AG Racine And 21-State Coalition Sue To Block Trump Administration Gag Rule That Threatens Reproductive Healthcare

Suit Says Rule Is Unconstitutional and Threatens Title X Funding and Endangers Health Care for 58,000+ District Residents

WASHINGTON, D.C. – Attorney General Karl A. Racine and his counterparts from 20 other states today sued the Trump administration to stop a federal gag rule that endangers family planning and other healthcare services for more than 58,000 low-income District residents. The suit seeks to stop a federal Department of Health and Human Services (HHS) rule restricting Title X grants, which help patients access contraception, cancer screenings, exams, and other related health services. The gag rule would illegally restrict health care professionals who work for Title X-funded organizations from providing information or referrals for abortion services to their patients.

The Title X Family Planning Program became law under President Richard Nixon in 1970 as part of the Public Health Service Act. It is the only federal grant program dedicated to family planning and related health services. It primarily benefits lower-income, uninsured, and underinsured individuals or families. Grants are provided to governmental and non-profit healthcare providers.

Unity Health Care, Inc., a non-profit organization, is currently the sole Title X grantee in the District, receiving more than $900,000 from the program in Fiscal Year 2018. Unity serves patients, regardless of their ability to pay, at 26 sites across the District. These sites include traditional clinics as well as school-based sites, shelters for individuals experiencing homelessness, and a homeless outreach van. Unity also provides Title X sub-grants to other community health providers, currently including five sub-grantees located throughout the District. More than 58,000 District residents – the majority of whom live at or below the poverty line – receive services through the District’s Title X providers. Neither Unity nor its sub-grantees provide abortions.  

The lawsuit challenges the rule’s legality and notes how it will harm the District as well as fellow states. The complaint argues that the rule violates the Constitution and other federal laws and would cause significant harm to the states. The suit argues the HHS rule should be blocked for:

  • Violating the Constitution: The HHS gag rule would restrict the speech of health-care providers who accept Title X funds because it would prevent them from referring patients to abortion providers. In some cases, it would also force them to refer patients to prenatal care providers even if those patients request a referral to an abortion provider.
     
  • Violating other federal laws: The suit also argues that the gag rule violates the federal Administrative Procedure Act, which governs how federal agencies propose and implement rules, in several ways. For instance, the APA prohibits federal rules that conflict with existing state and federal laws. The lawsuit contends that the rule’s prohibition on referrals for abortion services and compulsory referrals for prenatal services conflict with existing federal law requiring Title X recipients to practice “non-directive counseling.” That requirement means providers must counsel patients in a way that does not favor or disfavor a particular family planning outcome. Likewise, state and federal laws (including the Affordable Care Act) prohibit rules that create unreasonable barriers or limit healthcare options for patients.  
     
  • Imposing significant costs on the District and states: The lawsuit argues the rule will force healthcare providers across the country to choose between their ethical standards and Title X funding, meaning many providers will refuse or not apply for these essential family-planning grants. This means states would be forced to choose between replacing the lost Title X funds and funding other important services. If those funds are not replaced, then states would bear the financial burden of problems that result from the loss of family planning care. They include an increase in unintended pregnancies, an increase in cancers not detected in early stages, and a higher rate of sexually transmitted infections.

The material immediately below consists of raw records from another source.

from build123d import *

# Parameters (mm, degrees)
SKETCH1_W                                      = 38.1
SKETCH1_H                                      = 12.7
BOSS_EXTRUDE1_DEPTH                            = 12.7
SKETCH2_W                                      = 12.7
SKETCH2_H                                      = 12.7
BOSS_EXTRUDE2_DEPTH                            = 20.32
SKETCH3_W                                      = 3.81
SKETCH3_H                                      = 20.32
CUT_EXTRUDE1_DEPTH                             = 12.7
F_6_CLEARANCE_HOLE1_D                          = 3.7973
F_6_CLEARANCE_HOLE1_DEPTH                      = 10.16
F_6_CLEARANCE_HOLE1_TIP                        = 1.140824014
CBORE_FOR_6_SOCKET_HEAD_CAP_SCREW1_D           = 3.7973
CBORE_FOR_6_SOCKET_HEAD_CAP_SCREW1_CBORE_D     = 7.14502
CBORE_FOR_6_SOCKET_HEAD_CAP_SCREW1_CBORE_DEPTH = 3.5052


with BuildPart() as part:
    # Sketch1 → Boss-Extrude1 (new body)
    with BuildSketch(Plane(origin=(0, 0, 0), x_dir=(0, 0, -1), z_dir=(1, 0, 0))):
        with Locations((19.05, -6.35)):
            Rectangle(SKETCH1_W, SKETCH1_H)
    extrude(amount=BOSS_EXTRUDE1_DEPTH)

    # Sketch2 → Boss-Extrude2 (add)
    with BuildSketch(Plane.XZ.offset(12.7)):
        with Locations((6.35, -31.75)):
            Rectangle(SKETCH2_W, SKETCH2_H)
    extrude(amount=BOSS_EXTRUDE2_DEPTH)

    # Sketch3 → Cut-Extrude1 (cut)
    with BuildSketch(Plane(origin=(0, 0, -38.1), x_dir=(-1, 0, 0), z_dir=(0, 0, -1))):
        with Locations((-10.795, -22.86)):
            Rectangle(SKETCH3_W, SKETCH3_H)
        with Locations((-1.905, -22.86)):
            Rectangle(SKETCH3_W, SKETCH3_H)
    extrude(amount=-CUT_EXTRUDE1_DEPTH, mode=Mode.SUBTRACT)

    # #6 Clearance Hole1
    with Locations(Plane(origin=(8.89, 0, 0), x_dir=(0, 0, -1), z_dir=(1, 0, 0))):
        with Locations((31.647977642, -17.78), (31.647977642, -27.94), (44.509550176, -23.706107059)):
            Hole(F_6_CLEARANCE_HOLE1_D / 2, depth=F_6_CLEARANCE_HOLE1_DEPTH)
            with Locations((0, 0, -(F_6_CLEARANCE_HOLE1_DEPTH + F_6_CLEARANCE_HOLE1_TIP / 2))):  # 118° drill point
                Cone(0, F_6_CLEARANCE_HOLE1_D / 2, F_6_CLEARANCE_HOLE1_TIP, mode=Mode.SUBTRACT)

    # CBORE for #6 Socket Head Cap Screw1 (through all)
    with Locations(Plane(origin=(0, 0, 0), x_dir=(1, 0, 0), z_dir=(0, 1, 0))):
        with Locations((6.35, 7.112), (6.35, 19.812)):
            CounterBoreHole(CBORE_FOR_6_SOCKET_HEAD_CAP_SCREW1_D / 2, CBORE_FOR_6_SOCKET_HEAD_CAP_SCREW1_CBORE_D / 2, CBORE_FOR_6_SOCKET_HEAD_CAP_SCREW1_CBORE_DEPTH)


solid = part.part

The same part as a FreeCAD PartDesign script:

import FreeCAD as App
import Part
import Sketcher
Q = App.Units.Quantity


def add_polygon(sketch, points):
    """Adds a closed chain of lines whose ends are joined by coincident constraints."""
    first, n = sketch.GeometryCount, len(points)
    for a, b in zip(points, points[1:] + points[:1]):
        sketch.addGeometry(Part.LineSegment(App.Vector(*a, 0), App.Vector(*b, 0)), False)
    for i in range(n):
        sketch.addConstraint(Sketcher.Constraint("Coincident", first + i, 2, first + (i + 1) % n, 1))

doc = App.newDocument("Part")
params = doc.addObject("Spreadsheet::Sheet", "Params")
for row, (alias, value) in enumerate([
    ("sketch1_width", "0.5 in"),
    ("sketch1_height", "1.5 in"),
    ("pad1_length", "0.5 in"),
    ("sketch2_width", "0.5 in"),
    ("pad2_length", "0.8 in"),
    ("sketch3_height", "0.8 in"),
    ("sketch3_width", "0.15 in"),
    ("pocket1_length", "0.5 in"),
    ("hole_diameter", "0.1495 in"),
    ("hole_depth", "0.4 in"),
    ("hole2_diameter", "0.1495 in"),
    ("hole2_cbore_diameter", "0.2813 in"),
    ("hole2_cbore_depth", "0.138 in"),
], start=1):
    params.set(f"A{row}", alias)
    params.set(f"B{row}", "=" + value)
    params.setAlias(f"B{row}", alias)

body = doc.addObject("PartDesign::Body", "Body")

sketch1 = doc.addObject("Sketcher::SketchObject", "Sketch")
body.addObject(sketch1)
sketch1.AttachmentSupport = (doc.YZ_Plane, [""])
sketch1.MapMode = "FlatFace"
add_polygon(sketch1, [(0, 0), (-13, 0), (-13, -38), (0, -38)])
sketch1.addConstraint(Sketcher.Constraint("Horizontal", 0))
sketch1.addConstraint(Sketcher.Constraint("Vertical", 1))
sketch1.addConstraint(Sketcher.Constraint("Horizontal", 2))
sketch1.addConstraint(Sketcher.Constraint("Vertical", 3))
sketch1.addConstraint(Sketcher.Constraint("Coincident", 3, 2, -1, 1))
sketch1.addConstraint(Sketcher.Constraint("DistanceX", 0, 2, 0, 1, Q("0.5 in")))
sketch1.addConstraint(Sketcher.Constraint("DistanceY", 1, 2, 1, 1, Q("1.5 in")))
sketch1.setExpression("Constraints[9]", "Params.sketch1_width")
sketch1.setExpression("Constraints[10]", "Params.sketch1_height")
pad1 = doc.addObject("PartDesign::Pad", "Pad")
body.addObject(pad1)
pad1.Profile = sketch1
pad1.setExpression("Length", "Params.pad1_length")

sketch2 = doc.addObject("Sketcher::SketchObject", "Sketch001")
body.addObject(sketch2)
sketch2.AttachmentSupport = (doc.XZ_Plane, [""])
sketch2.MapMode = "FlatFace"
sketch2.AttachmentOffset = App.Placement(App.Vector(0, 0, 0.5 * 25.4), App.Rotation())
add_polygon(sketch2, [(0, -25), (0, -38), (13, -38), (13, -25)])
sketch2.addConstraint(Sketcher.Constraint("Vertical", 0))
sketch2.addConstraint(Sketcher.Constraint("Horizontal", 1))
sketch2.addConstraint(Sketcher.Constraint("Vertical", 2))
sketch2.addConstraint(Sketcher.Constraint("Horizontal", 3))
sketch2.addConstraint(Sketcher.Constraint("PointOnObject", 0, 2, -2))
sketch2.addConstraint(Sketcher.Constraint("Equal", 3, 0))
sketch2.addConstraint(Sketcher.Constraint("DistanceX", 1, 1, 1, 2, Q("0.5 in")))
sketch2.addConstraint(Sketcher.Constraint("DistanceY", 2, 2, -1, 1, Q("1 in")))
sketch2.setExpression("Constraints[10]", "Params.sketch2_width")
pad2 = doc.addObject("PartDesign::Pad", "Pad001")
body.addObject(pad2)
pad2.Profile = sketch2
pad2.setExpression("Length", "Params.pad2_length")

sketch3 = doc.addObject("Sketcher::SketchObject", "Sketch002")
body.addObject(sketch3)
sketch3.AttachmentSupport = (doc.XY_Plane, [""])
sketch3.MapMode = "FlatFace"
sketch3.AttachmentOffset = App.Placement(App.Vector(0, 0, -1.5 * 25.4), App.Rotation())
add_polygon(sketch3, [(12.7, -12.7), (12.7, -33), (8.9, -33), (8.9, -12.7)])
add_polygon(sketch3, [(3.8, -12.7), (3.8, -33), (0, -33), (0, -12.7)])
sketch3.addConstraint(Sketcher.Constraint("Vertical", 0))
sketch3.addConstraint(Sketcher.Constraint("Horizontal", 1))
sketch3.addConstraint(Sketcher.Constraint("Vertical", 2))
sketch3.addConstraint(Sketcher.Constraint("Horizontal", 3))
sketch3.addConstraint(Sketcher.Constraint("Vertical", 4))
sketch3.addConstraint(Sketcher.Constraint("Horizontal", 5))
sketch3.addConstraint(Sketcher.Constraint("Vertical", 6))
sketch3.addConstraint(Sketcher.Constraint("Horizontal", 7))
sketch3.addConstraint(Sketcher.Constraint("PointOnObject", 5, 2, -2))
sketch3.addConstraint(Sketcher.Constraint("Horizontal", 1, 2, 4, 2))
sketch3.addConstraint(Sketcher.Constraint("Horizontal", 3, 2, 6, 2))
sketch3.addConstraint(Sketcher.Constraint("Equal", 3, 5))
sketch3.addConstraint(Sketcher.Constraint("DistanceY", 0, 2, 0, 1, Q("0.8 in")))
sketch3.addConstraint(Sketcher.Constraint("DistanceX", 1, 2, 1, 1, Q("0.15 in")))
sketch3.addConstraint(Sketcher.Constraint("DistanceX", -1, 1, 0, 2, Q("0.5 in")))
sketch3.addConstraint(Sketcher.Constraint("DistanceY", 0, 2, -1, 1, Q("1.3 in")))
sketch3.setExpression("Constraints[20]", "Params.sketch3_height")
sketch3.setExpression("Constraints[21]", "Params.sketch3_width")
pocket1 = doc.addObject("PartDesign::Pocket", "Pocket")
body.addObject(pocket1)
pocket1.Profile = sketch3
pocket1.setExpression("Length", "Params.pocket1_length")
pocket1.Reversed = True

sketch4 = doc.addObject("Sketcher::SketchObject", "Sketch003")
body.addObject(sketch4)
sketch4.AttachmentSupport = (doc.YZ_Plane, [""])
sketch4.MapMode = "FlatFace"
sketch4.AttachmentOffset = App.Placement(App.Vector(0, 0, 0.35 * 25.4), App.Rotation())
sketch4.addGeometry(Part.Circle(App.Vector(-17.8, -31.6, 0), App.Vector(0, 0, 1), 1.9), False)
sketch4.addGeometry(Part.Circle(App.Vector(-27.9, -31.6, 0), App.Vector(0, 0, 1), 1.9), False)
sketch4.addGeometry(Part.Circle(App.Vector(-23.7, -44.5, 0), App.Vector(0, 0, 1), 1.9), False)
sketch4.addConstraint(Sketcher.Constraint("Equal", 0, 1))
sketch4.addConstraint(Sketcher.Constraint("Equal", 1, 2))
sketch4.addConstraint(Sketcher.Constraint("Horizontal", 0, 3, 1, 3))
sketch4.addConstraint(Sketcher.Constraint("Diameter", 0, Q("0.1495 in")))
sketch4.addConstraint(Sketcher.Constraint("DistanceX", 0, 3, -1, 1, Q("0.7 in")))
sketch4.addConstraint(Sketcher.Constraint("DistanceX", 1, 3, -1, 1, Q("1.1 in")))
sketch4.addConstraint(Sketcher.Constraint("DistanceY", 2, 3, -1, 1, 44.50955))
sketch4.addConstraint(Sketcher.Constraint("DistanceY", 0, 3, -1, 1, 31.647978))
sketch4.addConstraint(Sketcher.Constraint("DistanceX", 2, 3, -1, 1, 23.706107))
doc.recompute()
hole = doc.addObject("PartDesign::Hole", "Hole")
body.addObject(hole)
hole.Profile = sketch4
hole.ThreadType = "None"
hole.setExpression("Diameter", "Params.hole_diameter")
hole.DepthType = "Dimension"
hole.setExpression("Depth", "Params.hole_depth")
hole.DrillPoint = "Angled"
hole.DrillPointAngle = 118

sketch5 = doc.addObject("Sketcher::SketchObject", "Sketch004")
body.addObject(sketch5)
sketch5.AttachmentSupport = (doc.XZ_Plane, [""])
sketch5.MapMode = "FlatFace"
sketch5.addGeometry(Part.Circle(App.Vector(6.3, -7.1, 0), App.Vector(0, 0, 1), 1.9), False)
sketch5.addGeometry(Part.Circle(App.Vector(6.3, -19.8, 0), App.Vector(0, 0, 1), 1.9), False)
sketch5.addConstraint(Sketcher.Constraint("Equal", 0, 1))
sketch5.addConstraint(Sketcher.Constraint("Vertical", 0, 3, 1, 3))
sketch5.addConstraint(Sketcher.Constraint("Diameter", 0, Q("0.1495 in")))
sketch5.addConstraint(Sketcher.Constraint("DistanceY", 1, 3, 0, 3, Q("0.5 in")))
sketch5.addConstraint(Sketcher.Constraint("DistanceX", -1, 1, 0, 3, Q("0.25 in")))
sketch5.addConstraint(Sketcher.Constraint("DistanceY", 0, 3, -1, 1, Q("0.28 in")))
doc.recompute()
hole2 = doc.addObject("PartDesign::Hole", "Hole001")
body.addObject(hole2)
hole2.Profile = sketch5
hole2.ThreadType = "None"
hole2.setExpression("Diameter", "Params.hole2_diameter")
hole2.DepthType = "ThroughAll"
hole2.HoleCutType = "Counterbore"
hole2.setExpression("HoleCutDiameter", "Params.hole2_cbore_diameter")
hole2.setExpression("HoleCutDepth", "Params.hole2_cbore_depth")
hole2.Reversed = True

doc.recompute()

The suit was filed today in the United States District Court for the District of Oregon. AG Racine was joined by counterparts from 20 other states in the lawsuit, which was led by Oregon Governor Kate Brown, Oregon Attorney General Ellen Rosenblum, and New York Attorney General Letitia James. A total of 21 states joined the lawsuit, including Colorado, Connecticut, Delaware, the District of Columbia, Hawaii, Illinois, Maryland, Massachusetts, Michigan, Minnesota, Nevada, New Jersey, New Mexico, New York, North Carolina, Oregon, Pennsylvania, Rhode Island, Vermont, Virginia, and Wisconsin.